▶ [Exercise prompt] In the data that follows, find the line with "solid = part.part"; transcribe it, every later line up to the one with "A parametric FreeCAD", and that line as well, exactly and with no others.

BEGIN Records shown

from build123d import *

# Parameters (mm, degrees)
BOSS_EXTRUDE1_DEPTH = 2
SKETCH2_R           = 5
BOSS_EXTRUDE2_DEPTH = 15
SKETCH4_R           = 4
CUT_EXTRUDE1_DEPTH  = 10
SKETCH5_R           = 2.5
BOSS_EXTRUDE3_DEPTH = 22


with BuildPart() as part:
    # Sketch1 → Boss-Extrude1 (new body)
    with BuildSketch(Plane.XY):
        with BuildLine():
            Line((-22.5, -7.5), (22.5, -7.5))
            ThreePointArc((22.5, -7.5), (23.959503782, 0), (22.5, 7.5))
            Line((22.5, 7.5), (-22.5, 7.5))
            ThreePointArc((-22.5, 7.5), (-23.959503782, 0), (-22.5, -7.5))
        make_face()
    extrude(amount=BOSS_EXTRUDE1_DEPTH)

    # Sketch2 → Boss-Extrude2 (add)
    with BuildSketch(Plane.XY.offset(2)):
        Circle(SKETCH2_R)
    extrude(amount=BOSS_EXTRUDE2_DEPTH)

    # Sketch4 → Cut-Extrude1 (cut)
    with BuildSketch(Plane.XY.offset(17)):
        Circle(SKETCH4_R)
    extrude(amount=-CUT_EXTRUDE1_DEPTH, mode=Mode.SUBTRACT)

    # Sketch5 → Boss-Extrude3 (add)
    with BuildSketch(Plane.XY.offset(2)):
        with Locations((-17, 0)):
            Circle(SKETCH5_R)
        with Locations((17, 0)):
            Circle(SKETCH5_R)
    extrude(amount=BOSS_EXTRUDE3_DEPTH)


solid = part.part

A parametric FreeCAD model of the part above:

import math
import FreeCAD as App
import Part
import Sketcher

V = App.Vector
Q = App.Units.Quantity

doc = App.newDocument("Part")
params = doc.addObject("Spreadsheet::Sheet", "Params")
for row, (alias, value) in enumerate([
    ("sketch1_radius", "20 mm"),
    ("sketch1_width", "45 mm"),
    ("pad1_length", "2 mm"),
    ("sketch2_diameter", "10 mm"),
    ("pad2_length", "15 mm"),
    ("sketch3_diameter", "8 mm"),
    ("pocket1_length", "10 mm"),
    ("sketch4_diameter", "5 mm"),
    ("pad3_length", "22 mm"),
], start=1):
    params.set(f"A{row}", alias)
    params.set(f"B{row}", "=" + value)
    params.setAlias(f"B{row}", alias)

body = doc.addObject("PartDesign::Body", "Body")

# Sketch on XY plane
sketch1 = body.newObject("Sketcher::SketchObject", "Sketch")
sketch1.AttachmentSupport = (doc.getObject("XY_Plane"), [""])
sketch1.MapMode = "FlatFace"
sketch1.addGeometry([
    Part.LineSegment(V(-22.5, -7.5, 0), V(22.5, -7.5, 0)),
    Part.ArcOfCircle(Part.Circle(V(3.959504, 0, 0), V(0, 0, 1), 20), math.radians(-22.024313), math.radians(22.024313)),
    Part.LineSegment(V(22.5, 7.5, 0), V(-22.5, 7.5, 0)),
    Part.ArcOfCircle(Part.Circle(V(-3.959504, 0, 0), V(0, 0, 1), 20), math.radians(157.975687), math.radians(202.024313)),
], False)
sketch1.addConstraint([
    Sketcher.Constraint("Coincident", 0, 2, 1, 1),
    Sketcher.Constraint("Coincident", 1, 2, 2, 1),
    Sketcher.Constraint("Coincident", 2, 2, 3, 1),
    Sketcher.Constraint("Coincident", 3, 2, 0, 1),
    Sketcher.Constraint("Horizontal", 0),
    Sketcher.Constraint("Horizontal", 2),
    Sketcher.Constraint("Equal", 1, 3),
    Sketcher.Constraint("Symmetric", 1, 3, 3, 3, -1, 1),
    Sketcher.Constraint("Symmetric", 0, 2, 1, 2, -1),
    Sketcher.Constraint("Radius", 1, Q("20 mm")),
    Sketcher.Constraint("DistanceX", 0, 1, 0, 2, Q("45 mm")),
    Sketcher.Constraint("DistanceY", 0, 2, 1, 2, Q("15 mm")),
])
sketch1.setExpression("Constraints[9]", "Params.sketch1_radius")
sketch1.setExpression("Constraints[10]", "Params.sketch1_width")
pad1 = body.newObject("PartDesign::Pad", "Pad")
pad1.Profile = sketch1
pad1.setExpression("Length", "Params.pad1_length")

# Sketch on XY plane
sketch2 = body.newObject("Sketcher::SketchObject", "Sketch001")
sketch2.AttachmentSupport = (doc.getObject("XY_Plane"), [""])
sketch2.MapMode = "FlatFace"
sketch2.AttachmentOffset = App.Placement(V(0, 0, 2), App.Rotation())
sketch2.addGeometry(Part.Circle(V(0, 0, 0), V(0, 0, 1), 5), False)
sketch2.addConstraint([
    Sketcher.Constraint("Coincident", 0, 3, -1, 1),
    Sketcher.Constraint("Diameter", 0, Q("10 mm")),
])
sketch2.setExpression("Constraints[1]", "Params.sketch2_diameter")
pad2 = body.newObject("PartDesign::Pad", "Pad001")
pad2.Profile = sketch2
pad2.setExpression("Length", "Params.pad2_length")

# Sketch on XY plane
sketch3 = body.newObject("Sketcher::SketchObject", "Sketch002")
sketch3.AttachmentSupport = (doc.getObject("XY_Plane"), [""])
sketch3.MapMode = "FlatFace"
sketch3.AttachmentOffset = App.Placement(V(0, 0, 17), App.Rotation())
sketch3.addGeometry(Part.Circle(V(0, 0, 0), V(0, 0, 1), 4), False)
sketch3.addConstraint([
    Sketcher.Constraint("Coincident", 0, 3, -1, 1),
    Sketcher.Constraint("Diameter", 0, Q("8 mm")),
])
sketch3.setExpression("Constraints[1]", "Params.sketch3_diameter")
pocket1 = body.newObject("PartDesign::Pocket", "Pocket")
pocket1.Profile = sketch3
pocket1.setExpression("Length", "Params.pocket1_length")

# Sketch on XY plane
sketch4 = body.newObject("Sketcher::SketchObject", "Sketch003")
sketch4.AttachmentSupport = (doc.getObject("XY_Plane"), [""])
sketch4.MapMode = "FlatFace"
sketch4.AttachmentOffset = App.Placement(V(0, 0, 2), App.Rotation())
sketch4.addGeometry([
    Part.Circle(V(-17, 0, 0), V(0, 0, 1), 2.5),
    Part.Circle(V(17, 0, 0), V(0, 0, 1), 2.5),
], False)
sketch4.addConstraint([
    Sketcher.Constraint("Equal", 0, 1),
    Sketcher.Constraint("Symmetric", 0, 3, 1, 3, -1, 1),
    Sketcher.Constraint("PointOnObject", 0, 3, -1),
    Sketcher.Constraint("Diameter", 0, Q("5 mm")),
    Sketcher.Constraint("DistanceX", 0, 3, -1, 1, Q("17 mm")),
])
sketch4.setExpression("Constraints[3]", "Params.sketch4_diameter")
pad3 = body.newObject("PartDesign::Pad", "Pad002")
pad3.Profile = sketch4
pad3.setExpression("Length", "Params.pad3_length")

doc.recompute()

END Records shown

▶ [Completed exercise]
solid = part.part

A parametric FreeCAD model of the part above:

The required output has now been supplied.